Re: 回复: [PATCH] mm/compaction: add check mechanism to avoid cma alloc fail

From: Haiqiang Gong (龚海强)
Date: Sat Jan 27 2024 - 06:04:16 EST


On Wed, 2024-01-24 at 18:40 +0000, Matthew Wilcox wrote:
>
> External email : Please do not click links or open attachments until
> you have verified the sender or the content.
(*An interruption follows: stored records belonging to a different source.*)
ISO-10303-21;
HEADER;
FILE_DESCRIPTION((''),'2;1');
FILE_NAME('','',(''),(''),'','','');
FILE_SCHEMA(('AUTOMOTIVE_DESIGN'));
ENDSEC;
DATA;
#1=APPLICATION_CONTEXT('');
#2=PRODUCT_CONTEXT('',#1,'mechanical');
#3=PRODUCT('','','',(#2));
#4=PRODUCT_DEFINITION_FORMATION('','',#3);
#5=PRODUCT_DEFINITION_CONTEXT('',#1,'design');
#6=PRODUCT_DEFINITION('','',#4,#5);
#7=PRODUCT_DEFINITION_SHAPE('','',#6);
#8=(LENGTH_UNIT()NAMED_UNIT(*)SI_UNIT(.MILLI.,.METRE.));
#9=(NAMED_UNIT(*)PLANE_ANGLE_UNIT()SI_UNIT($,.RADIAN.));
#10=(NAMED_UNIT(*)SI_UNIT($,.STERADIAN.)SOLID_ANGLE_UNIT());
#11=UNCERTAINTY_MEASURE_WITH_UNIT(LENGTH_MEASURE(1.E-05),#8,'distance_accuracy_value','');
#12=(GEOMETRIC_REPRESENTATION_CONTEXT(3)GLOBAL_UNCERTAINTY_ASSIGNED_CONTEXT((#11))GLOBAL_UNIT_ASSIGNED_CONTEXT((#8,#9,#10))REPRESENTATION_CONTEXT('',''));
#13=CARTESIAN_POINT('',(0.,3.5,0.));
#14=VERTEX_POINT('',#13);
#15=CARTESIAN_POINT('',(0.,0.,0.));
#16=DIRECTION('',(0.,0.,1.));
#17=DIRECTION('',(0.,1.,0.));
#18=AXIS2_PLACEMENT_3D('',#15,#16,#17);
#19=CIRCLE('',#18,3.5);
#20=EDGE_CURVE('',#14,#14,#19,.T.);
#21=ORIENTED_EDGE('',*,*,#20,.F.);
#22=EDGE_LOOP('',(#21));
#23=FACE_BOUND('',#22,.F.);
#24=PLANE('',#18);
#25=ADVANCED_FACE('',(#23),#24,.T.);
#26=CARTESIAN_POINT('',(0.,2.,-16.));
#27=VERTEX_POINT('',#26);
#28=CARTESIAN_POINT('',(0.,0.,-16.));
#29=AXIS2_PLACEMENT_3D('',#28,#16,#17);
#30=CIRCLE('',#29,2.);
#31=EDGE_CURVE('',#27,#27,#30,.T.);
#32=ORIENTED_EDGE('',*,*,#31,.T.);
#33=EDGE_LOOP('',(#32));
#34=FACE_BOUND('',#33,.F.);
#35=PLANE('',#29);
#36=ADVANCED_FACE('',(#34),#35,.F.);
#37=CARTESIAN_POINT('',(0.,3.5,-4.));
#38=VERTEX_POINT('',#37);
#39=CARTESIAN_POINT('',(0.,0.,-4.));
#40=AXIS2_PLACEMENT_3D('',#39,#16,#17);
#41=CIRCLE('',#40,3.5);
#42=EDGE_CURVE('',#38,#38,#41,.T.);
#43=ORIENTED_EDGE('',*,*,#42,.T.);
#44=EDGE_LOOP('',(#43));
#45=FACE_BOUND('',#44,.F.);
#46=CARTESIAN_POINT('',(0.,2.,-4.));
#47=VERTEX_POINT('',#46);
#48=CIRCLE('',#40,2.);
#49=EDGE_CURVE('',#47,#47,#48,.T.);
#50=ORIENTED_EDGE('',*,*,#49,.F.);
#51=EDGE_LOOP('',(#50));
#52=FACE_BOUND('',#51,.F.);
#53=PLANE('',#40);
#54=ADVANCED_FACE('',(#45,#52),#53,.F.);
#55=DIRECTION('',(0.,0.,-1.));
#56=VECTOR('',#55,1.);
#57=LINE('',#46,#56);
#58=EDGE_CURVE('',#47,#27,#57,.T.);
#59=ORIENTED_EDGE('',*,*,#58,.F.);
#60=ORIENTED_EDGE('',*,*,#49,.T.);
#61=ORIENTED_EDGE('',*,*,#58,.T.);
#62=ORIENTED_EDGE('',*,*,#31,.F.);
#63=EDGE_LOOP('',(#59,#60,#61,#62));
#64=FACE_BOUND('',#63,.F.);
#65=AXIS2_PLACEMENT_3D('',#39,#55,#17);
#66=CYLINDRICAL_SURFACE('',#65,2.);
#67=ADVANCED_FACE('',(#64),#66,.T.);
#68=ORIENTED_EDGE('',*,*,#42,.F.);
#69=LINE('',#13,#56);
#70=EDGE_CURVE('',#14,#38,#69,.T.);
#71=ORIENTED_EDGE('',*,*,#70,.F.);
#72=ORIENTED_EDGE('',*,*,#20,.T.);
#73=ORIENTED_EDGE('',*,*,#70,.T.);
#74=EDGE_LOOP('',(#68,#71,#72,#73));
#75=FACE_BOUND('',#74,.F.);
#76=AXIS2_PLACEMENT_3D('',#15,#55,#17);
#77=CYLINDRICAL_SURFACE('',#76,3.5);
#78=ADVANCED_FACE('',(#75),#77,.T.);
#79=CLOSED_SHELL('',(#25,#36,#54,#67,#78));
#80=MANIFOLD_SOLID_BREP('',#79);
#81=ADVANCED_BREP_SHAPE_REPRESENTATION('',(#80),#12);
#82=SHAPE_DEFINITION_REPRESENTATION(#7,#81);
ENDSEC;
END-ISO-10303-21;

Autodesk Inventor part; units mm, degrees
ref_plane "YZ Plane" through (0, 0, 0) normal (1, 0, 0) x (0, 1, 0)
ref_plane "XZ Plane" through (0, 0, 0) normal (0, 1, 0) x (-1, 0, 0)
ref_plane "XY Plane" through (0, 0, 0) normal (0, 0, 1) x (1, 0, 0)
sketch "Sketch1" plane through (0, 0, 0) normal (1, 0, 0) x (0, 1, 0)
  line L0 (0, 0) -> (3.5, 0)
  line L1 (3.5, 0) -> (3.5, -4)
  line L2 (3.5, -4) -> (2, -4)
  line L3 (2, -4) -> (2, -16)
  line L4 (2, -16) -> (0, -16)
  line L5 (0, -19.2) -> (0, 3.2) projected
  dimension "d1" = 3.5
  dimension "d2" = 16
  dimension "d3" = 2
  dimension "d4" = 4
revolve "Revolution1" add sketch "Sketch1" angle 360 about axis through (0, 0, -10) along (0, 0, 1)
properties part number "sruba- m4x12"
> On Wed, Jan 24, 2024 at 07:20:53AM +0000, Haiqiang Gong (龚海强) wrote:
> > > I don't understand. You say that the memory isn't movable, but
> then you
> > > say that it's migrated in. So it was movable, but it's no longer
> > > movable after being moved once?
> > Sorry for not expressing clearly
> > When doing memory migration, the kernel will determine whether the
> current
> > page can be moved based on the refcount and mapcount of the current
> page.
> > This memory can be moved during kernel compaction. At this time,
> refcount
> > is less than or equal to mapcount.
> > After this memory is kcompacted and placed in the cma buffer,
> under
> > certain special conditions, the refcount may be greater than the
> mapcount
> > (ex:the current page is being used by fs), and then migrate will
> fail.
>
> But that's always true. Any page that is currently in use might have
> its refcount temporarily incremented. There's nothing special about
> pages that belong to a file. You've basically just prevented all
> filesystem memory from being migrated to the CMA area, and that's
> wrong.
>
Yes, we agree with you that refcount may temporarily incremented.
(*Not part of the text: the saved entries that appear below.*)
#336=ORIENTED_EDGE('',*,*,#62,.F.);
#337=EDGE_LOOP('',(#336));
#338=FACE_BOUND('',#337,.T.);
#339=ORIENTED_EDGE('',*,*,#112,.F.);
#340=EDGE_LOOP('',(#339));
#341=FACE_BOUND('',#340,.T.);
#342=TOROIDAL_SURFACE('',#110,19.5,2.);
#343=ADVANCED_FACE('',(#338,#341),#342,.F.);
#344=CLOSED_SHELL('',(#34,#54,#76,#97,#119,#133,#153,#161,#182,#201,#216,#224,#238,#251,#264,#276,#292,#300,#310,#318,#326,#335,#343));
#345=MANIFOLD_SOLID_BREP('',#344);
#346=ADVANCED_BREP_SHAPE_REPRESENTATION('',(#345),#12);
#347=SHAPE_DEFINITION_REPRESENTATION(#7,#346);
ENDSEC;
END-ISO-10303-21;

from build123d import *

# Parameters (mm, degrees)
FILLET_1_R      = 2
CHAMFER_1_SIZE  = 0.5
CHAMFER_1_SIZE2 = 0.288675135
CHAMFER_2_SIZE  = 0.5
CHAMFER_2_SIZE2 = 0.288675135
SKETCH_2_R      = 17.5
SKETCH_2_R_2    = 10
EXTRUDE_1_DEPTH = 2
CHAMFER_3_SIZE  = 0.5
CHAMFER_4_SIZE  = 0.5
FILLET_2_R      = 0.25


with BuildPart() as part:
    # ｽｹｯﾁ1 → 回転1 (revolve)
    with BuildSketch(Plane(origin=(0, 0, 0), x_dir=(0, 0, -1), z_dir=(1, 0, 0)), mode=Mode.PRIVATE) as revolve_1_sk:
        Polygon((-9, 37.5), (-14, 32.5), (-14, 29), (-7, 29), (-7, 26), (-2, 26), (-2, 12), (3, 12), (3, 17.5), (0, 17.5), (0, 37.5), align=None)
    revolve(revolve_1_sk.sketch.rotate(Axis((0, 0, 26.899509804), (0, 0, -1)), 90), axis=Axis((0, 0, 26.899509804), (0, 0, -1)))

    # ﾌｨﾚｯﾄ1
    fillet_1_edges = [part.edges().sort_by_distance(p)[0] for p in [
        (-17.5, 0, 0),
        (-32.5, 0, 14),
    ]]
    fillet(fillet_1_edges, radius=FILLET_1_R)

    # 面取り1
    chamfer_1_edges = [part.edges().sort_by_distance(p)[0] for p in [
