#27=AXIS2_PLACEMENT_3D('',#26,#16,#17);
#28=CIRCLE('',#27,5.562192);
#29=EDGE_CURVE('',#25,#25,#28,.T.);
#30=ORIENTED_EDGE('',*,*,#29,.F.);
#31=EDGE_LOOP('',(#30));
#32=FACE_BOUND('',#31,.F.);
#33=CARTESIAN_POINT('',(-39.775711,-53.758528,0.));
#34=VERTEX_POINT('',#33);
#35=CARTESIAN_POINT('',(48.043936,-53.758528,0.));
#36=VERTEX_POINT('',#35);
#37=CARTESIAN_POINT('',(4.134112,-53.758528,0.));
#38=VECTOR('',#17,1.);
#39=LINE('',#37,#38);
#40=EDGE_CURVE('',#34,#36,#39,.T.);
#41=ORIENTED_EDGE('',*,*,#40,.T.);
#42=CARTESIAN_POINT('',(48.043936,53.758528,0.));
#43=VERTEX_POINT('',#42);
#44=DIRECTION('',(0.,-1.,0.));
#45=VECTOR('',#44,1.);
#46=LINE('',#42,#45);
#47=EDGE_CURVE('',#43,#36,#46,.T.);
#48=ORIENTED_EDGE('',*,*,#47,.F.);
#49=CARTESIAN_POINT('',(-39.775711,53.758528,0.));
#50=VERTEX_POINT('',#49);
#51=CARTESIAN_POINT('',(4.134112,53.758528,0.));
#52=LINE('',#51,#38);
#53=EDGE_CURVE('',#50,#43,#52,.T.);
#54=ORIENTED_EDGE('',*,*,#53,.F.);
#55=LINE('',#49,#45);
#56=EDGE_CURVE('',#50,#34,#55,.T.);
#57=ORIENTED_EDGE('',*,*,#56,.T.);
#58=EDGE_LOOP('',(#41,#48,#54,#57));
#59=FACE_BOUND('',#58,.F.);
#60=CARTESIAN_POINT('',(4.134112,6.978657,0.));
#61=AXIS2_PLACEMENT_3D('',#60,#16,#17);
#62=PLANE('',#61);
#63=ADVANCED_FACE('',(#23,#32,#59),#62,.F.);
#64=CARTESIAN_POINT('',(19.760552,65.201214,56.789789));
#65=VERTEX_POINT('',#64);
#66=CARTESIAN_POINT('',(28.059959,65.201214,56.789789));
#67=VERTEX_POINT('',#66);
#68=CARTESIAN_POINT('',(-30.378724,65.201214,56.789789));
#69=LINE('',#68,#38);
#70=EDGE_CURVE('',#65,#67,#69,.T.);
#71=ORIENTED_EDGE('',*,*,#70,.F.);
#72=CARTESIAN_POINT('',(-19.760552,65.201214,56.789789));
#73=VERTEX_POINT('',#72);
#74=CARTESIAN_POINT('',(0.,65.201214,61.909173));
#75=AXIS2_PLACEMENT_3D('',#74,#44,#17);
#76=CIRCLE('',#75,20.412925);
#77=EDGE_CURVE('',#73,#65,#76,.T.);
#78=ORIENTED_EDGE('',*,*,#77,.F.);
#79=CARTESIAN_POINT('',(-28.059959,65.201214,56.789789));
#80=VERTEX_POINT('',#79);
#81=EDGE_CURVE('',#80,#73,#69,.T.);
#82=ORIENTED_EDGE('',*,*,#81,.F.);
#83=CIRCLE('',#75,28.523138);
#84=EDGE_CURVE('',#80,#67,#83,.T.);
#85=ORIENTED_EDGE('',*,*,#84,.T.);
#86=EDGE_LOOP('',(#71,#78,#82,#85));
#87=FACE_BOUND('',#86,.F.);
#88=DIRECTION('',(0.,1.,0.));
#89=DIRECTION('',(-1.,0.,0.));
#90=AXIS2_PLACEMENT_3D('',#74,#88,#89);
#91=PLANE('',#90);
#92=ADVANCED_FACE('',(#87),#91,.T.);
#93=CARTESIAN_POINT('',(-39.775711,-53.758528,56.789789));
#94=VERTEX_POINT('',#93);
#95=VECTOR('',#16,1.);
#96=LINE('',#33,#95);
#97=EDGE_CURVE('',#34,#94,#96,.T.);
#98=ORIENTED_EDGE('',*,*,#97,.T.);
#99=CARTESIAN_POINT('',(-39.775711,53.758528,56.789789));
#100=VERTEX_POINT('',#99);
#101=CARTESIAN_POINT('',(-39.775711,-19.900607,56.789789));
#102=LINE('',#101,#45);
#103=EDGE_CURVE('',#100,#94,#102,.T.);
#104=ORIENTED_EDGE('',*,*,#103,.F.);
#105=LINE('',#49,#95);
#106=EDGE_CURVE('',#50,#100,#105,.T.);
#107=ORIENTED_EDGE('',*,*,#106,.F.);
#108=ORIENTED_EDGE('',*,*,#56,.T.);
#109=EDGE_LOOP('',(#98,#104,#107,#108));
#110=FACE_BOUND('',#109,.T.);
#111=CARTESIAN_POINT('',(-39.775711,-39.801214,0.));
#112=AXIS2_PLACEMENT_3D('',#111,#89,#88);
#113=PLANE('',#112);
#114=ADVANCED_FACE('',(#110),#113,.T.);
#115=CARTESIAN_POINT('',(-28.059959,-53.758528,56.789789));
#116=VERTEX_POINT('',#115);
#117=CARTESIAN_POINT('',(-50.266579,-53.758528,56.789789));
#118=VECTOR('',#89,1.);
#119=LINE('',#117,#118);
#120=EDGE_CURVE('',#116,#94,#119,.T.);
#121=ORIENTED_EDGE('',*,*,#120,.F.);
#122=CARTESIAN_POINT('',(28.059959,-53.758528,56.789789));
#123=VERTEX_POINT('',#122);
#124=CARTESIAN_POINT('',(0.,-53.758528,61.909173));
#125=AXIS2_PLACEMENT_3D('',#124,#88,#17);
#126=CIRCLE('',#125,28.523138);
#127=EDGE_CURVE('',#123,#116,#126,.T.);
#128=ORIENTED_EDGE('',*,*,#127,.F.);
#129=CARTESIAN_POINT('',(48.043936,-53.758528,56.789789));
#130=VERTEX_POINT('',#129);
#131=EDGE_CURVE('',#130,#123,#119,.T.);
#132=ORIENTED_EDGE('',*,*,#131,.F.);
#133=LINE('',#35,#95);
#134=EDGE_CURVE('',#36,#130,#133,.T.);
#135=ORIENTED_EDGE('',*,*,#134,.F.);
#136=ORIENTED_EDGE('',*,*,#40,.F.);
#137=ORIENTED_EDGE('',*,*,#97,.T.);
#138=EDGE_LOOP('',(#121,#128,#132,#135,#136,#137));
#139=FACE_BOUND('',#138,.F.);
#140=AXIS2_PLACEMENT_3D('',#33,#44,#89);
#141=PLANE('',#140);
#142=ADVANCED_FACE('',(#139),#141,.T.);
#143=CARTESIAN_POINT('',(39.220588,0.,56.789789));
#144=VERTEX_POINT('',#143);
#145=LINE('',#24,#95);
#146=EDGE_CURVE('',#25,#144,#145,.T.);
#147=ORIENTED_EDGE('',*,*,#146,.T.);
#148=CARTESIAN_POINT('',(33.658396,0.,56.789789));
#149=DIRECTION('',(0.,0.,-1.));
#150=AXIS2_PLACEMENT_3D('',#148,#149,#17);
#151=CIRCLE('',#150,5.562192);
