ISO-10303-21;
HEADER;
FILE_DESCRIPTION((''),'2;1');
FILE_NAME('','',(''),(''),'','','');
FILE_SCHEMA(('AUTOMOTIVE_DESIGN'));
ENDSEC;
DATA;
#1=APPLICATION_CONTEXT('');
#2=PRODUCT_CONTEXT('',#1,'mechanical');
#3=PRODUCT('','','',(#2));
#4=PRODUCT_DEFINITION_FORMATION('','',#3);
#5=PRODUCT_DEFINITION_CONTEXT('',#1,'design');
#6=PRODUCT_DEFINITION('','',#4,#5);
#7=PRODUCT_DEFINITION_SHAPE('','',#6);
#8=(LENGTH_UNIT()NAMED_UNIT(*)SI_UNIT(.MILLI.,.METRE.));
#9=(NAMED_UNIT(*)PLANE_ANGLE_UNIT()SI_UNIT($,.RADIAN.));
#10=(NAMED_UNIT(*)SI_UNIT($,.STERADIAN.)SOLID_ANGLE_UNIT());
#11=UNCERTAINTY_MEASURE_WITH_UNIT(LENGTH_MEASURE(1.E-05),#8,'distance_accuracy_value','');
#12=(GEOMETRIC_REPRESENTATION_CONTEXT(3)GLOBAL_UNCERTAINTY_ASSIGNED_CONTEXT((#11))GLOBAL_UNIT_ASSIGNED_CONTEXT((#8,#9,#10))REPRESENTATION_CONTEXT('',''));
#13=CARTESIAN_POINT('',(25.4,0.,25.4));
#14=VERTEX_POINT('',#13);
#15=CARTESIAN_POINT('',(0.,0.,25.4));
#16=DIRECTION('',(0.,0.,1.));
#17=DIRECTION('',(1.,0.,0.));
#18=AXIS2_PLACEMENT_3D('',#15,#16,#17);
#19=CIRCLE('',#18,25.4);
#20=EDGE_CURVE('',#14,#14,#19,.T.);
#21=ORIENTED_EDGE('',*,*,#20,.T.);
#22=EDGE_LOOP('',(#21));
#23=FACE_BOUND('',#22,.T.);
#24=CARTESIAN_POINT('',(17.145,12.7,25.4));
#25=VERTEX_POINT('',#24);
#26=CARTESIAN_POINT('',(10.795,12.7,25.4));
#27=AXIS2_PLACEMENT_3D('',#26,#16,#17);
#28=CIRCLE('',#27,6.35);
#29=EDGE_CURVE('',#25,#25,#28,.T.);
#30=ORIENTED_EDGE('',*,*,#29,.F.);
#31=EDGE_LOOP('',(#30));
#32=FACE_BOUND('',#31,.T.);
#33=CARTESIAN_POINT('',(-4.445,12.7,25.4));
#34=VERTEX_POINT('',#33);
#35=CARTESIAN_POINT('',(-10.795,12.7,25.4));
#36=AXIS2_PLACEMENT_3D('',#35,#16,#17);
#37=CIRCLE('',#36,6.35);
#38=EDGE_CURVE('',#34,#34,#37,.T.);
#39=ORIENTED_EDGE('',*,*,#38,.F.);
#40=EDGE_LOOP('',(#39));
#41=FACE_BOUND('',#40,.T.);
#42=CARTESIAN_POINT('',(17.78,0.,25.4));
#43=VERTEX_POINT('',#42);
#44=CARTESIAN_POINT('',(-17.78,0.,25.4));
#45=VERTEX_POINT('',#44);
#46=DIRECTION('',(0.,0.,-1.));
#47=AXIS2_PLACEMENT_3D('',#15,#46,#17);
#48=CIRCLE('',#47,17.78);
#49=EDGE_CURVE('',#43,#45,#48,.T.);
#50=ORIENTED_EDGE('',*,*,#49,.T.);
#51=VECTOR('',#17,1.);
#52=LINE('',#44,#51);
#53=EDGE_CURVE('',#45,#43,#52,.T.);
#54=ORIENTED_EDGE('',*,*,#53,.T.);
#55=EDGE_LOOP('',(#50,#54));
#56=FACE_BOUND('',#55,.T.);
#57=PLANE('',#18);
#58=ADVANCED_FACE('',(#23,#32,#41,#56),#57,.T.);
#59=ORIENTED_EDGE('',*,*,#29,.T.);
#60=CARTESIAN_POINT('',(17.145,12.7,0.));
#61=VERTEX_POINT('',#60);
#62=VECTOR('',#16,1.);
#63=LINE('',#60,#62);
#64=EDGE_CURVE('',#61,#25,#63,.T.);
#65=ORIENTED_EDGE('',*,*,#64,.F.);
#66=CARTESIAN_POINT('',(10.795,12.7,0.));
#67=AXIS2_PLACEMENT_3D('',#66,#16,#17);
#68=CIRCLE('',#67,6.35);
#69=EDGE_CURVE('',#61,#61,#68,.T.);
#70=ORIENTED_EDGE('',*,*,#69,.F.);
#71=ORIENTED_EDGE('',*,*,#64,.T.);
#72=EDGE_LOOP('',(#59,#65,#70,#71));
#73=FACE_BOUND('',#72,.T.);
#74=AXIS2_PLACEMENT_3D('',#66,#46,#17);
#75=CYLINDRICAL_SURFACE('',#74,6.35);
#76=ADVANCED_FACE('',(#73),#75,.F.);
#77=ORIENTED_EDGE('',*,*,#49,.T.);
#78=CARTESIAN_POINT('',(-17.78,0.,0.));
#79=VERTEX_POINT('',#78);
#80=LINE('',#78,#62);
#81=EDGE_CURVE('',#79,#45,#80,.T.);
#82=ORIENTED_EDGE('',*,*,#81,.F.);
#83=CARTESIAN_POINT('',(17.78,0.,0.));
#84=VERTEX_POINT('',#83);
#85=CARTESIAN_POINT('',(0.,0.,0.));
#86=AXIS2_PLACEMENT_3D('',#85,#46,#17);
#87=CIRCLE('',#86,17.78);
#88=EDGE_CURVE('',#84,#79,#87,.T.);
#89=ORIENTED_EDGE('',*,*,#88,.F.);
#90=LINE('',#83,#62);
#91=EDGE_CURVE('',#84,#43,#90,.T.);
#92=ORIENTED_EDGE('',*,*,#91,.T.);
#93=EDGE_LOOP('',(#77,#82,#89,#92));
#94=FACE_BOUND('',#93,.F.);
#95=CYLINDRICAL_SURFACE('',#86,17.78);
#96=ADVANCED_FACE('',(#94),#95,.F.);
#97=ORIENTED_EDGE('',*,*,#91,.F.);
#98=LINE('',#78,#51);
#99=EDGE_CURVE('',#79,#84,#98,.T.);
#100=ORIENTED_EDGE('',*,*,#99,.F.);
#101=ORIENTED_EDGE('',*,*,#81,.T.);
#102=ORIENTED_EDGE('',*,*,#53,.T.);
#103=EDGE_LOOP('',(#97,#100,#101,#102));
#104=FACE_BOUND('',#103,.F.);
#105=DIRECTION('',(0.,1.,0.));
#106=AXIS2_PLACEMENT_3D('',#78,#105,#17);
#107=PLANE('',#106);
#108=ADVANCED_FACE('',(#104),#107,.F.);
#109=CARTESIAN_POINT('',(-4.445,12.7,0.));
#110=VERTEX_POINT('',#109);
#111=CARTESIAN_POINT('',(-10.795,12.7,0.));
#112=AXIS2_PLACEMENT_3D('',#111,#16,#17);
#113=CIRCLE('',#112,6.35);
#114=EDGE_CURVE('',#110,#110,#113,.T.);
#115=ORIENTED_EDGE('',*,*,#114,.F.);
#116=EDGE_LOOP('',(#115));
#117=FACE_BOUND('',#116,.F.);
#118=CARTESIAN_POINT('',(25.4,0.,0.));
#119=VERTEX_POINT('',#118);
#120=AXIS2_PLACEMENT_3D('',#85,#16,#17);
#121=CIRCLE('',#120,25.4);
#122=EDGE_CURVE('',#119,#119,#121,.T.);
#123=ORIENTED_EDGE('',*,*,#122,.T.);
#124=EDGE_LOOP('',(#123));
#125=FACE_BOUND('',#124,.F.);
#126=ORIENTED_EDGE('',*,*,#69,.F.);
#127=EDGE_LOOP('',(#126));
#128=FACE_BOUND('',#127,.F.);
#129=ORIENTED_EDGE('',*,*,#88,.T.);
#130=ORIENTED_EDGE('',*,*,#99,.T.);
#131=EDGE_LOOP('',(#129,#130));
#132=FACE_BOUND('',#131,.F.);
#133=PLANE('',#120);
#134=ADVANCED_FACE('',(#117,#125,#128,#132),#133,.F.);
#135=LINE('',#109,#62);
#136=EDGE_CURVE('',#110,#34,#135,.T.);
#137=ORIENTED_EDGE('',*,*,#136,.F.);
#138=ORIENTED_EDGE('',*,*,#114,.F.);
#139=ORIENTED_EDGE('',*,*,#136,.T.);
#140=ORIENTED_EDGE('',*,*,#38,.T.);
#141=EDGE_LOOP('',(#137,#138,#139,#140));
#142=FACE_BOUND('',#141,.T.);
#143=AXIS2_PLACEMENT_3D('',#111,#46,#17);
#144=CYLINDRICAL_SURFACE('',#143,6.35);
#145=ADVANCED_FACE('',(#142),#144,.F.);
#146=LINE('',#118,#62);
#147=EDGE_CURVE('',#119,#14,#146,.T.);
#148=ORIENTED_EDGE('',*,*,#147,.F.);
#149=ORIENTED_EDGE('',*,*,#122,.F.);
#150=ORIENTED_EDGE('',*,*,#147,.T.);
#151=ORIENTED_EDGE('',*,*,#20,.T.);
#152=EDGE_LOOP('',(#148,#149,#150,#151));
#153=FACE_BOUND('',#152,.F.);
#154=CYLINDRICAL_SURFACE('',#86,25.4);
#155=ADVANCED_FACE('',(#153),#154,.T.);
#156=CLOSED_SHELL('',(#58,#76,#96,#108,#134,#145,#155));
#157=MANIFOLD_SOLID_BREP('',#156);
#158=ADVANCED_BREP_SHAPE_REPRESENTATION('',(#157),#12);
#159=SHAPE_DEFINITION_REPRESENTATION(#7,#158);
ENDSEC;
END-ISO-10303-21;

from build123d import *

# Parameters (mm, degrees)
F0_R     = 25.4
F0_R_2   = 6.35
F1_DEPTH = 25.4


with BuildPart() as f1:
    # F0 (on Top) → F1 (new body)
    with BuildSketch(Plane.XY):
        Circle(F0_R)
        with BuildLine():
            Line((-17.78, 0), (17.78, 0))
            ThreePointArc((17.78, 0), (0, -17.78), (-17.78, 0))
        make_face(mode=Mode.SUBTRACT)
        with Locations((-10.795, 12.7)):
            Circle(F0_R_2, mode=Mode.SUBTRACT)
        with Locations((10.795, 12.7)):
            Circle(F0_R_2, mode=Mode.SUBTRACT)
    extrude(amount=F1_DEPTH)


solid = f1.part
Issues we have reproduced:
The current page is migrated to the cma area by kcompactd, rather than
allocated by kernel memory allocater.
Our opinion is that if a page cannot be allocated to the CMA area, then
we should not put it in the CMA area when doing kernel migration. This
seems more reasonable. Do you agree with this view or do you have any
other suggestions?


> What's special about this page? Or were you just unlucky?
We didn't find anything special about this page. During our debugging,
we found that once a similar problem occurs in the current page, it can
no longer be migrated (retrying after an hour will not work).